### Data extracts
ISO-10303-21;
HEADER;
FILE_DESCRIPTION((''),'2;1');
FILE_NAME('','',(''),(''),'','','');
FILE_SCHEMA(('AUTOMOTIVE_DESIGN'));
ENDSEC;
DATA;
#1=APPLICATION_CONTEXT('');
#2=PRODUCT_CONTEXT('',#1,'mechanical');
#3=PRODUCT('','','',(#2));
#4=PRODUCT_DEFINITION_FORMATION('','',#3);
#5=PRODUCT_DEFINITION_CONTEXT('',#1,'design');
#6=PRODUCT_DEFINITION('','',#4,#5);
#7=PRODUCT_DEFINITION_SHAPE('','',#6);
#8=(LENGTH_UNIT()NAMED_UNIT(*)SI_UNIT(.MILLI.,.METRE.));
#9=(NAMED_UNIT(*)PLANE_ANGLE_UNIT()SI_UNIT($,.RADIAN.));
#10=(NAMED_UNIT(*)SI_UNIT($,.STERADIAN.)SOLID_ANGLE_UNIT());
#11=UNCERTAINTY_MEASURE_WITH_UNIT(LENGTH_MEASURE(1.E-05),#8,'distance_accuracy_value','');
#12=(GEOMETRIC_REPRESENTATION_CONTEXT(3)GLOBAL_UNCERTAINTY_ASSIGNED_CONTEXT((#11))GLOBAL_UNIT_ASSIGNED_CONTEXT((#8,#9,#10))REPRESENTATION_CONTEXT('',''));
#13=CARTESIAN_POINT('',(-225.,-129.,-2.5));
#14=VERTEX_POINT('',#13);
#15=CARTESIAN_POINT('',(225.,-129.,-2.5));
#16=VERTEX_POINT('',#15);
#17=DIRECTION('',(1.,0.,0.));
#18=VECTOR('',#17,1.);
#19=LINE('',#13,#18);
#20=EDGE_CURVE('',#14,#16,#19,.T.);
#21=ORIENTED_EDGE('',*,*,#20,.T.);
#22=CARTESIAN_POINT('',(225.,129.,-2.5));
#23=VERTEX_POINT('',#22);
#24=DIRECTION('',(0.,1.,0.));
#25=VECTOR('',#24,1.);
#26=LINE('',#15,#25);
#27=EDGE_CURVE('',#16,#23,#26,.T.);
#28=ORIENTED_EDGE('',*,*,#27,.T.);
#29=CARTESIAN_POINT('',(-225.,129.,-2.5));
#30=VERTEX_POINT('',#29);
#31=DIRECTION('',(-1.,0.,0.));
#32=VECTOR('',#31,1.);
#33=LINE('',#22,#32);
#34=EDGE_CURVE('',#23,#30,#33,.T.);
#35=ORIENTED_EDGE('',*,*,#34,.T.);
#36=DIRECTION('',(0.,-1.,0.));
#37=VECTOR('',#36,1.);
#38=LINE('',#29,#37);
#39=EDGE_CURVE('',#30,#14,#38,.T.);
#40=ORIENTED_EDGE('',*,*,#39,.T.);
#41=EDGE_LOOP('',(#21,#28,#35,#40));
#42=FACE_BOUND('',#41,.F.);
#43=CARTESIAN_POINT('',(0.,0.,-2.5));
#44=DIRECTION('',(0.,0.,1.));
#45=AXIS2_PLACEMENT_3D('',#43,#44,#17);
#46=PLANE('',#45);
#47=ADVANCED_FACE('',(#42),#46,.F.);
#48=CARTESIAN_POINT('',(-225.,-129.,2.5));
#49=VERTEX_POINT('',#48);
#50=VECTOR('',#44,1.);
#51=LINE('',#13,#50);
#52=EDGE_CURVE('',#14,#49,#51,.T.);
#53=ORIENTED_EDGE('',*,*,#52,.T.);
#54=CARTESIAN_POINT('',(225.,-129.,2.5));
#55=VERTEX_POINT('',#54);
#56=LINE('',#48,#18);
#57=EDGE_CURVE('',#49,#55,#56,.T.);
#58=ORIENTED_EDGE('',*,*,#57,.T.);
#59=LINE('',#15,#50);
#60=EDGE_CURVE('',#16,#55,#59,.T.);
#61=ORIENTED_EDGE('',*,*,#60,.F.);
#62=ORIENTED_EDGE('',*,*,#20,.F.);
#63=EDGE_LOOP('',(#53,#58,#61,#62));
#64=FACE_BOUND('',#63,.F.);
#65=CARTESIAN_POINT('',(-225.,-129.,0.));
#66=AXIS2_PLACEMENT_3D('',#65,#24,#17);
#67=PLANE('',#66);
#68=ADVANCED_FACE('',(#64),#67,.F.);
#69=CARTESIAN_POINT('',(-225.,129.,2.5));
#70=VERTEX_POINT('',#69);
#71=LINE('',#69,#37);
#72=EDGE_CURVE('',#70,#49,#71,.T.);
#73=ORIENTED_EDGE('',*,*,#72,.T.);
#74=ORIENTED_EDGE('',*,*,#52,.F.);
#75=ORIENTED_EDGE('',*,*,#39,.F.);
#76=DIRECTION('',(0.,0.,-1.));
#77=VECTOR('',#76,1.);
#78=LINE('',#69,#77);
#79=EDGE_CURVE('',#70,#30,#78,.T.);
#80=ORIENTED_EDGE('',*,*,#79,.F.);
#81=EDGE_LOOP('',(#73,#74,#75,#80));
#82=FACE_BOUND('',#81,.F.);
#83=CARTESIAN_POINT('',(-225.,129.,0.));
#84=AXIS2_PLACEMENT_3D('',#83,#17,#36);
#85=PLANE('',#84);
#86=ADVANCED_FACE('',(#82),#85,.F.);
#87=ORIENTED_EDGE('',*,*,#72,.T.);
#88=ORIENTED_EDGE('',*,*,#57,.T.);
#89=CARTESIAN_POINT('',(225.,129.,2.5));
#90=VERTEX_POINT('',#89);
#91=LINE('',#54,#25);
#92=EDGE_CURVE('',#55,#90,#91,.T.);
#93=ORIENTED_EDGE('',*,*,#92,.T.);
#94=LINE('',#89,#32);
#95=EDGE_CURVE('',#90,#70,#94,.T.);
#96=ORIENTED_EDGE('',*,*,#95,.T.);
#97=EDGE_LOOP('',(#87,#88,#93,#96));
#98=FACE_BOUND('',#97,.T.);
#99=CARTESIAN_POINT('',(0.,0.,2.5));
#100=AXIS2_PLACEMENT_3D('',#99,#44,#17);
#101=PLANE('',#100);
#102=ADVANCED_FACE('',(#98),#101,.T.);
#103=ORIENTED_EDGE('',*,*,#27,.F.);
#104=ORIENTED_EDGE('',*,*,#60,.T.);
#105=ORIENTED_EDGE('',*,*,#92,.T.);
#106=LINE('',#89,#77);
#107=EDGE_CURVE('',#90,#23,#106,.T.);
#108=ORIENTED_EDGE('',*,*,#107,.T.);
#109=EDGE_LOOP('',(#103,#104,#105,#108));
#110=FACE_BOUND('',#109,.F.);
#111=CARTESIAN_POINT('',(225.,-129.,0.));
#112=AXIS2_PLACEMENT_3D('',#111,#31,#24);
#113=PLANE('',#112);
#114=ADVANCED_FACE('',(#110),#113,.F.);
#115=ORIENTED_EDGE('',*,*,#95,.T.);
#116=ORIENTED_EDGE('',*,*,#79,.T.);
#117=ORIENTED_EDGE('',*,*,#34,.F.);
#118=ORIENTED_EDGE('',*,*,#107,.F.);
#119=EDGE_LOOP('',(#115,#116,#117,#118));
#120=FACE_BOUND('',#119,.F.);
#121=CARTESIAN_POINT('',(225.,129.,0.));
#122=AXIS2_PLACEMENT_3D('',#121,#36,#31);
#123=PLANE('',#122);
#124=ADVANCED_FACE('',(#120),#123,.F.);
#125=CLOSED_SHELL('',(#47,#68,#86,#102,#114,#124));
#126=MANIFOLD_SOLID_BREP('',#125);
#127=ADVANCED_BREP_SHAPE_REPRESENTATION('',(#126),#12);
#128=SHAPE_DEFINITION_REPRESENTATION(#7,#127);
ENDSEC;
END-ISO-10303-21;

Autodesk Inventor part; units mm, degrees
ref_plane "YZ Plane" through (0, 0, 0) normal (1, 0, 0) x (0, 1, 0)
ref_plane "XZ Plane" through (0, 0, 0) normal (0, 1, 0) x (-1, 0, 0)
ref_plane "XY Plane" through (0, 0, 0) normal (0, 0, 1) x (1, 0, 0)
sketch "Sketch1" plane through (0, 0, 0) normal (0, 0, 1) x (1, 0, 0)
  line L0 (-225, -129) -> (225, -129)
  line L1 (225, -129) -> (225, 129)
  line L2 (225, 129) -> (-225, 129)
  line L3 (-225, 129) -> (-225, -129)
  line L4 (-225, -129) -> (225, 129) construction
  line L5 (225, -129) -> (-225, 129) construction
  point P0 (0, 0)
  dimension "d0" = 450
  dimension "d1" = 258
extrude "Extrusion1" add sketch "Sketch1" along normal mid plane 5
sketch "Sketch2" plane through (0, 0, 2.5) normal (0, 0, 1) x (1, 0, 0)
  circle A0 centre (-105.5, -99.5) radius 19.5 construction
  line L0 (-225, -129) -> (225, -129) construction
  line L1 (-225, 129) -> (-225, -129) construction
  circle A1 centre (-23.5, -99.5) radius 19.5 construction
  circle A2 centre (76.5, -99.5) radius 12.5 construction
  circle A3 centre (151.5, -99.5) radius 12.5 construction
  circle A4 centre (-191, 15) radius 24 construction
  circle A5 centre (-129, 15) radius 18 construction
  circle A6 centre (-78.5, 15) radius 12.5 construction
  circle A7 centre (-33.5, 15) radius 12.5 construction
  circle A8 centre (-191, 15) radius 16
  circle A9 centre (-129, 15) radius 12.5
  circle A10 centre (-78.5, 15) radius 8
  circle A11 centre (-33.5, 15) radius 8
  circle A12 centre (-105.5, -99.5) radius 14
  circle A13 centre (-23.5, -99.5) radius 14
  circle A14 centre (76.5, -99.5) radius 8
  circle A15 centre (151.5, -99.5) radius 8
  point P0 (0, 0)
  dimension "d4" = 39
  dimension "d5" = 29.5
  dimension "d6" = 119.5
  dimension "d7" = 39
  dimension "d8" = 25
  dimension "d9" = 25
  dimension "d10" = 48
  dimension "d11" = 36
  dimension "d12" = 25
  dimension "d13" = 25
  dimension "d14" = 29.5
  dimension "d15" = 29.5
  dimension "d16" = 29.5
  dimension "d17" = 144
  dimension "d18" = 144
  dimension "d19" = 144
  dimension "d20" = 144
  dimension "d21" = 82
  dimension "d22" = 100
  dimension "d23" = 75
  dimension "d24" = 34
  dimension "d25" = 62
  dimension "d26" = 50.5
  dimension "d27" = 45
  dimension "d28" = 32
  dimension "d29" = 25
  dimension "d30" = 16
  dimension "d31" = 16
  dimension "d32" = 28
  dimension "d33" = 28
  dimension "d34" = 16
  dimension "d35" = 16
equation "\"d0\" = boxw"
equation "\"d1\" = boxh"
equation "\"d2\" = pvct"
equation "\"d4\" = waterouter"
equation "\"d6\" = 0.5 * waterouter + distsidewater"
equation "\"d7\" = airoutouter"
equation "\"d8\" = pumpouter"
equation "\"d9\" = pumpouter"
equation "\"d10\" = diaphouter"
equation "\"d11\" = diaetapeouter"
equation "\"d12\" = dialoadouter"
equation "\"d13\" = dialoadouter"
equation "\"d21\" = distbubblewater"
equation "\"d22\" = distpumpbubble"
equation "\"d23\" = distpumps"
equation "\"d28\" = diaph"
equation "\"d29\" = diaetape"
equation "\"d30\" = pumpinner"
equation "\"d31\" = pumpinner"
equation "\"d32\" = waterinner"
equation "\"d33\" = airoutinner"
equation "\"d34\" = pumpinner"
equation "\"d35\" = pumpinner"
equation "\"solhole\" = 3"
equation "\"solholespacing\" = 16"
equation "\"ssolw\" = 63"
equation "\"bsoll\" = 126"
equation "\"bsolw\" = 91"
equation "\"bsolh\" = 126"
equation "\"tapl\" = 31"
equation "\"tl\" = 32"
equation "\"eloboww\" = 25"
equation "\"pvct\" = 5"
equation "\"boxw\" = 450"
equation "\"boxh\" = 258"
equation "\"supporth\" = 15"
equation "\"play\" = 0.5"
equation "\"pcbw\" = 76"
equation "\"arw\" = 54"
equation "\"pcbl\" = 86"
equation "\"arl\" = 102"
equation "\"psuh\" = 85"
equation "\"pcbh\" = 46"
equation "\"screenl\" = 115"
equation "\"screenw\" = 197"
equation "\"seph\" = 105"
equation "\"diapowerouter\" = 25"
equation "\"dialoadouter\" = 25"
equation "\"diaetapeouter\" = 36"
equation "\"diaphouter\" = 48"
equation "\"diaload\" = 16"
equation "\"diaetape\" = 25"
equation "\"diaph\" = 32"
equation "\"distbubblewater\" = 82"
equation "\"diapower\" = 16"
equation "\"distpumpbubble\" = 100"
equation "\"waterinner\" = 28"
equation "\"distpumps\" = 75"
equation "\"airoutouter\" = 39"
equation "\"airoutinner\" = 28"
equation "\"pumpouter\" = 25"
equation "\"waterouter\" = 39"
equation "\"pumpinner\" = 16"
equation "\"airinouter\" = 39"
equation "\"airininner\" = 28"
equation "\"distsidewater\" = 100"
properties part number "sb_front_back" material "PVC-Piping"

--

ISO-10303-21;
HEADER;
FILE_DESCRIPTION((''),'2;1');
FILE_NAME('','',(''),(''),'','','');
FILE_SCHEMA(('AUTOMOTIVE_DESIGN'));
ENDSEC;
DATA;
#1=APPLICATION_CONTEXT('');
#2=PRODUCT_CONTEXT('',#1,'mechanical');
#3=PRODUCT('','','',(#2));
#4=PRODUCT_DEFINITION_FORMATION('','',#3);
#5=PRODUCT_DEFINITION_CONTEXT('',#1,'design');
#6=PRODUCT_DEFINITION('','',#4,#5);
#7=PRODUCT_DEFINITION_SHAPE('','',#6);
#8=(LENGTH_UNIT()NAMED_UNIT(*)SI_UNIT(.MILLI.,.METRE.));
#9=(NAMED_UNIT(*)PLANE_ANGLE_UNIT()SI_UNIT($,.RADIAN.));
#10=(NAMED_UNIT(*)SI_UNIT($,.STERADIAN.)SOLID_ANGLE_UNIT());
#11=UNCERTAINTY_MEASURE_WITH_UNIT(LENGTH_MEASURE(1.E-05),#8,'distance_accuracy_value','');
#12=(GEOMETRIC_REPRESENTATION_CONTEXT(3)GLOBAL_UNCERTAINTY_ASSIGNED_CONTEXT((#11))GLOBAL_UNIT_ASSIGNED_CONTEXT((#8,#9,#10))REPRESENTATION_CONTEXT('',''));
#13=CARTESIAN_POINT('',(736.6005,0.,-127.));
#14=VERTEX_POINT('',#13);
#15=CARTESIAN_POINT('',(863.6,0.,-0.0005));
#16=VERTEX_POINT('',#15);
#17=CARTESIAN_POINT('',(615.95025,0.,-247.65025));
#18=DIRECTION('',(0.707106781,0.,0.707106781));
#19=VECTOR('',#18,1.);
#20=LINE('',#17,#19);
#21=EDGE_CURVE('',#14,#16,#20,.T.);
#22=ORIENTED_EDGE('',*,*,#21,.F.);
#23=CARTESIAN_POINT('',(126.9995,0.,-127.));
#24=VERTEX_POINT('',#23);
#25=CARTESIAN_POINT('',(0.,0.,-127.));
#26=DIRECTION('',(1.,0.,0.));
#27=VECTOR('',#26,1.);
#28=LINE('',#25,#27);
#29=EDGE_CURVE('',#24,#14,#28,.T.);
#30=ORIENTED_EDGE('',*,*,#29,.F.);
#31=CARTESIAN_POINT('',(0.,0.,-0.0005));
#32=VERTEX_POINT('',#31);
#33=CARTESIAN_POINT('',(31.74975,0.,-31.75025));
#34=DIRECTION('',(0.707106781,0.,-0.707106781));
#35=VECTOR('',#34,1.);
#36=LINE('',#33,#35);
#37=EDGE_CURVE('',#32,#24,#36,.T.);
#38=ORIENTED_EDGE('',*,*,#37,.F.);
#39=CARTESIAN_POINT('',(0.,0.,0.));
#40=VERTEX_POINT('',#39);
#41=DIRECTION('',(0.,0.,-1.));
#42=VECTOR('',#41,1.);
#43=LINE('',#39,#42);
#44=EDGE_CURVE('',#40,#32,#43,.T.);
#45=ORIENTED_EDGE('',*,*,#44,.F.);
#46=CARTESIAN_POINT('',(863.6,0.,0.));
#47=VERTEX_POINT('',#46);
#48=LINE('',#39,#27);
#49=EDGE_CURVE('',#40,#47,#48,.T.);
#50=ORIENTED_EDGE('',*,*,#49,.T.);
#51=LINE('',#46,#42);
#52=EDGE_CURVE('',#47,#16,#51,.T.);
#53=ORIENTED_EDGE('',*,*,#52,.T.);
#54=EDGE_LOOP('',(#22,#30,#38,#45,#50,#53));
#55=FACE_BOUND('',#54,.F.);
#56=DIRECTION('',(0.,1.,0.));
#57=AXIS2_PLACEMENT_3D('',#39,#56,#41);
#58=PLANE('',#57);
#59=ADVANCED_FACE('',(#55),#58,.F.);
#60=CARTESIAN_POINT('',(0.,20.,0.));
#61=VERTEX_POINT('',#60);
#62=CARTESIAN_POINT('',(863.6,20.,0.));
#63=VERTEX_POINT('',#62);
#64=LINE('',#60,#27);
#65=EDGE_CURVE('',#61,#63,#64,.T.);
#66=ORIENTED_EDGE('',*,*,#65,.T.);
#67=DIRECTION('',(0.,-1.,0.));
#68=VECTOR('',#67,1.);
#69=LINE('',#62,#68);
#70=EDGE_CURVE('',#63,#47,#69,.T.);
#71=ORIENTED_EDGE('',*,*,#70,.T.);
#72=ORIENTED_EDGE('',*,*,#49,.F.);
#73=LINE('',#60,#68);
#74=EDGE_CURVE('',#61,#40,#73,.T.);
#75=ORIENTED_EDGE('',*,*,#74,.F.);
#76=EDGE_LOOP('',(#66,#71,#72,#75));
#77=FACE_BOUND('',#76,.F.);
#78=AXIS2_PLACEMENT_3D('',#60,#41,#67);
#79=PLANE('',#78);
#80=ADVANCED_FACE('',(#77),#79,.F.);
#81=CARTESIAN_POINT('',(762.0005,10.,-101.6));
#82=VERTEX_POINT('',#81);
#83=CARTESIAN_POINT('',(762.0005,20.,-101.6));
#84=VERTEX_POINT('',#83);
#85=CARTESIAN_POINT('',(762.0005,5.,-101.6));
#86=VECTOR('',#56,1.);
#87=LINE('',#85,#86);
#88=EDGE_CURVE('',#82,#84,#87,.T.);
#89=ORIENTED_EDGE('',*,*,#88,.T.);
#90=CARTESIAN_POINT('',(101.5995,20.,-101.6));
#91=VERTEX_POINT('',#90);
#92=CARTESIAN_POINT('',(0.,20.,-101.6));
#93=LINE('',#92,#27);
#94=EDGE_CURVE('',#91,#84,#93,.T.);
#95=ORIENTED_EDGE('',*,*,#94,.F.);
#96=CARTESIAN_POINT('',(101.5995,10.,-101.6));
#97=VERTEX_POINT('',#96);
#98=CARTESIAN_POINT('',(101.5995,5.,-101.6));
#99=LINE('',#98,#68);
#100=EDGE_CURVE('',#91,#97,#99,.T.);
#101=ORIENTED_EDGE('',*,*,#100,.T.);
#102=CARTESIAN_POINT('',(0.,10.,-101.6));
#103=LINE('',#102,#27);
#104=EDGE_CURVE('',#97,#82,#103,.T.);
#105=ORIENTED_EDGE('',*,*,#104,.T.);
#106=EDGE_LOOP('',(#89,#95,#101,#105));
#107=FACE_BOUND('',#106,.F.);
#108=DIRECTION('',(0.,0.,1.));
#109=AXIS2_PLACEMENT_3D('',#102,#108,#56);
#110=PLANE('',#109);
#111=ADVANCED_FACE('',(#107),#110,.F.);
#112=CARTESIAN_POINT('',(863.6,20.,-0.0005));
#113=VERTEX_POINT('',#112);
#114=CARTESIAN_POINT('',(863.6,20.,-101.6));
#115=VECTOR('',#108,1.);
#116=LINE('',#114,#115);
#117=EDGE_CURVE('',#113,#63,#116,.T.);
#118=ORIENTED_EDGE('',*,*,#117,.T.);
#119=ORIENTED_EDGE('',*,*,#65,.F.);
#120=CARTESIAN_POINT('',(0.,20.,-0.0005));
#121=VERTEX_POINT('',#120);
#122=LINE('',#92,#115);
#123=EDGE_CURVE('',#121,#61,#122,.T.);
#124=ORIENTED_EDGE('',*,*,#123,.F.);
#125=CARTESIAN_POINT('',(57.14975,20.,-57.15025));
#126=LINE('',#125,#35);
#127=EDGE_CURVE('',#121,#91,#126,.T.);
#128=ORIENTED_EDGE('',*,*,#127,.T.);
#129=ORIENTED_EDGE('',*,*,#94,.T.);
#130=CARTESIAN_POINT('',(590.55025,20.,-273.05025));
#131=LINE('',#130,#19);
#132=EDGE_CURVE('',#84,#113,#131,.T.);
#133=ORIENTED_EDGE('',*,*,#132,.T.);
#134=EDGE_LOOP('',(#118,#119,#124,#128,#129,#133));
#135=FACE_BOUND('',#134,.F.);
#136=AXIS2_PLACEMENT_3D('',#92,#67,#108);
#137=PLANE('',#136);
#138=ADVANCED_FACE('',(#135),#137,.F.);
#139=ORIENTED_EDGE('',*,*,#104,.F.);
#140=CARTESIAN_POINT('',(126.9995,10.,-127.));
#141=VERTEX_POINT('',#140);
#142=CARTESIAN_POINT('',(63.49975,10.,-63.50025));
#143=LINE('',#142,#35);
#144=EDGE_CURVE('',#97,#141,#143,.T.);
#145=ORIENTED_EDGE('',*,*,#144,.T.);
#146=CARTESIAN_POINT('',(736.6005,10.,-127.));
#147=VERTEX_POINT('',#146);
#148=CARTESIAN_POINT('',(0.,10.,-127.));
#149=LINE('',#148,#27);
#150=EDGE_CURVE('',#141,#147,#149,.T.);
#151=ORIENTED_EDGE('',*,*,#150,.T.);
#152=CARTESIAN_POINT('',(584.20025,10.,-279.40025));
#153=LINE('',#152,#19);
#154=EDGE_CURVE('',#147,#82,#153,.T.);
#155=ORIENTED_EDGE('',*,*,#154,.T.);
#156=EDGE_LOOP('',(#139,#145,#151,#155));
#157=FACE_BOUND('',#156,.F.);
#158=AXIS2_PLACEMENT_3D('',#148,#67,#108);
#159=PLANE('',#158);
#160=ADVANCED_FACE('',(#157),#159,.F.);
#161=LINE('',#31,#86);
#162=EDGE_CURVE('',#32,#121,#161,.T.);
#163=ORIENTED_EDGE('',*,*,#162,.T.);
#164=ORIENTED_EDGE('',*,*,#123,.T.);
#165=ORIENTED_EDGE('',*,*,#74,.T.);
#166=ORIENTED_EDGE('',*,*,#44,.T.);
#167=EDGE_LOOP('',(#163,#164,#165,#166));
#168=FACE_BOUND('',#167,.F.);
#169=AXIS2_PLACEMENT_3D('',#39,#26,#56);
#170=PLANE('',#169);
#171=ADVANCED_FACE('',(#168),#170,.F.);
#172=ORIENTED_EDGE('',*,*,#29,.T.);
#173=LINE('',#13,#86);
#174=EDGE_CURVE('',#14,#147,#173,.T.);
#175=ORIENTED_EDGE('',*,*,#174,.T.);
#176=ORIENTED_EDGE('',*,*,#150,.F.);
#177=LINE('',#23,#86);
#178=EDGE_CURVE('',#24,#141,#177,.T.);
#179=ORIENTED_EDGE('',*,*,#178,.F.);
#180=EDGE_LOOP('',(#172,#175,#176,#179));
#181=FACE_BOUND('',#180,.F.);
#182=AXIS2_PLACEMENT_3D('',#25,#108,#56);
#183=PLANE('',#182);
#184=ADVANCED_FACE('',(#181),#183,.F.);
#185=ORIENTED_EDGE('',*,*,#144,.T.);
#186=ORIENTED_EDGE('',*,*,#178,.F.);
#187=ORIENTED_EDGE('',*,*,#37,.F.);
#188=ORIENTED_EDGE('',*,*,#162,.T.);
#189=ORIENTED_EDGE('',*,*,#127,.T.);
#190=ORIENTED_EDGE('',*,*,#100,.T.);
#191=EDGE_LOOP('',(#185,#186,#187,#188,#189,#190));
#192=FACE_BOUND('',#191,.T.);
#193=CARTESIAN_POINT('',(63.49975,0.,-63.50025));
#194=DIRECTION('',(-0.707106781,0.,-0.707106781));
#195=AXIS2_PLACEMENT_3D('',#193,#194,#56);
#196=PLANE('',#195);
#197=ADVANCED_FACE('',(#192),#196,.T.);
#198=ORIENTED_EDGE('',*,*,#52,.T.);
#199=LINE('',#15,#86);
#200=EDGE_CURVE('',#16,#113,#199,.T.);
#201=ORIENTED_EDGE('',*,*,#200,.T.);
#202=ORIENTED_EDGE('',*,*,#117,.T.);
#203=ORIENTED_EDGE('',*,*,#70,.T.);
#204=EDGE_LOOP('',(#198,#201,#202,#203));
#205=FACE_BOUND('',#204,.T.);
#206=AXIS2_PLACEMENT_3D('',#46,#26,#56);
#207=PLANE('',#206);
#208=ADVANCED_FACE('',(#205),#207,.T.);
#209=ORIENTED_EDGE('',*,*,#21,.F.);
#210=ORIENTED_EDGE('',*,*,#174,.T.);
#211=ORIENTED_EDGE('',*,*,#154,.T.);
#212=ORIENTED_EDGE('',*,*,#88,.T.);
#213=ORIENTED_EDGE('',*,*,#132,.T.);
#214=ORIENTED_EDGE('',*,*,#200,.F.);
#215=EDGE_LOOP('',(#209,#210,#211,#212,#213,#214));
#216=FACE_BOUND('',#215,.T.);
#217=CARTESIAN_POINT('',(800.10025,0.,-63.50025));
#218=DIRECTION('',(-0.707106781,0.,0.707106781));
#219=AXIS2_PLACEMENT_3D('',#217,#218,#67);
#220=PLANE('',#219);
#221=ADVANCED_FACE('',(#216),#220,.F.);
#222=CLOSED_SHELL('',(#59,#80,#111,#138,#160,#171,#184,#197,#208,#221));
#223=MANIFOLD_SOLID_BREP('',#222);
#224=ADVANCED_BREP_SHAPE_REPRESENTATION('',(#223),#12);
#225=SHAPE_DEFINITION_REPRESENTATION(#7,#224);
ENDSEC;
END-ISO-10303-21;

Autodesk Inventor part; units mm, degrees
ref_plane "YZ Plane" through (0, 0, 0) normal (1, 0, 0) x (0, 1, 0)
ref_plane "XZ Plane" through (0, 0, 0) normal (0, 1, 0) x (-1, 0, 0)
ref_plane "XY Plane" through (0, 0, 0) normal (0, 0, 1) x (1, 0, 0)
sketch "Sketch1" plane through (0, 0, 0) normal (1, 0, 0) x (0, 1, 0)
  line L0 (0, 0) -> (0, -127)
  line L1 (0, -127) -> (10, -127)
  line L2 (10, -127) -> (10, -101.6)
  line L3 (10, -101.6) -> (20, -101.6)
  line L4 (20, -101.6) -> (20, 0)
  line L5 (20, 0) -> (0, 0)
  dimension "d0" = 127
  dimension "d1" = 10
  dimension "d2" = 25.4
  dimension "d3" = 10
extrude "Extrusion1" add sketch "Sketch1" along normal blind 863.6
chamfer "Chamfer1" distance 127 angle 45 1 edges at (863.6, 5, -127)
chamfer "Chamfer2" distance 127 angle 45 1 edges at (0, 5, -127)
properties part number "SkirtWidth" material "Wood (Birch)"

### Problem
Give back exactly the lines above, from the line containing "#21=ORIENTED_EDGE('',*,*,#20,.T.);" through the line containing "#85=PLANE('',#84);", with both end lines and nothing more.

### Response box
#21=ORIENTED_EDGE('',*,*,#20,.T.);
#22=CARTESIAN_POINT('',(225.,129.,-2.5));
#23=VERTEX_POINT('',#22);
#24=DIRECTION('',(0.,1.,0.));
#25=VECTOR('',#24,1.);
#26=LINE('',#15,#25);
#27=EDGE_CURVE('',#16,#23,#26,.T.);
#28=ORIENTED_EDGE('',*,*,#27,.T.);
#29=CARTESIAN_POINT('',(-225.,129.,-2.5));
#30=VERTEX_POINT('',#29);
#31=DIRECTION('',(-1.,0.,0.));
#32=VECTOR('',#31,1.);
#33=LINE('',#22,#32);
#34=EDGE_CURVE('',#23,#30,#33,.T.);
#35=ORIENTED_EDGE('',*,*,#34,.T.);
#36=DIRECTION('',(0.,-1.,0.));
#37=VECTOR('',#36,1.);
#38=LINE('',#29,#37);
#39=EDGE_CURVE('',#30,#14,#38,.T.);
#40=ORIENTED_EDGE('',*,*,#39,.T.);
#41=EDGE_LOOP('',(#21,#28,#35,#40));
#42=FACE_BOUND('',#41,.F.);
#43=CARTESIAN_POINT('',(0.,0.,-2.5));
#44=DIRECTION('',(0.,0.,1.));
#45=AXIS2_PLACEMENT_3D('',#43,#44,#17);
#46=PLANE('',#45);
#47=ADVANCED_FACE('',(#42),#46,.F.);
#48=CARTESIAN_POINT('',(-225.,-129.,2.5));
#49=VERTEX_POINT('',#48);
#50=VECTOR('',#44,1.);
#51=LINE('',#13,#50);
#52=EDGE_CURVE('',#14,#49,#51,.T.);
#53=ORIENTED_EDGE('',*,*,#52,.T.);
#54=CARTESIAN_POINT('',(225.,-129.,2.5));
#55=VERTEX_POINT('',#54);
#56=LINE('',#48,#18);
#57=EDGE_CURVE('',#49,#55,#56,.T.);
#58=ORIENTED_EDGE('',*,*,#57,.T.);
#59=LINE('',#15,#50);
#60=EDGE_CURVE('',#16,#55,#59,.T.);
#61=ORIENTED_EDGE('',*,*,#60,.F.);
#62=ORIENTED_EDGE('',*,*,#20,.F.);
#63=EDGE_LOOP('',(#53,#58,#61,#62));
#64=FACE_BOUND('',#63,.F.);
#65=CARTESIAN_POINT('',(-225.,-129.,0.));
#66=AXIS2_PLACEMENT_3D('',#65,#24,#17);
#67=PLANE('',#66);
#68=ADVANCED_FACE('',(#64),#67,.F.);
#69=CARTESIAN_POINT('',(-225.,129.,2.5));
#70=VERTEX_POINT('',#69);
#71=LINE('',#69,#37);
#72=EDGE_CURVE('',#70,#49,#71,.T.);
#73=ORIENTED_EDGE('',*,*,#72,.T.);
#74=ORIENTED_EDGE('',*,*,#52,.F.);
#75=ORIENTED_EDGE('',*,*,#39,.F.);
#76=DIRECTION('',(0.,0.,-1.));
#77=VECTOR('',#76,1.);
#78=LINE('',#69,#77);
#79=EDGE_CURVE('',#70,#30,#78,.T.);
#80=ORIENTED_EDGE('',*,*,#79,.F.);
#81=EDGE_LOOP('',(#73,#74,#75,#80));
#82=FACE_BOUND('',#81,.F.);
#83=CARTESIAN_POINT('',(-225.,129.,0.));
#84=AXIS2_PLACEMENT_3D('',#83,#17,#36);
#85=PLANE('',#84);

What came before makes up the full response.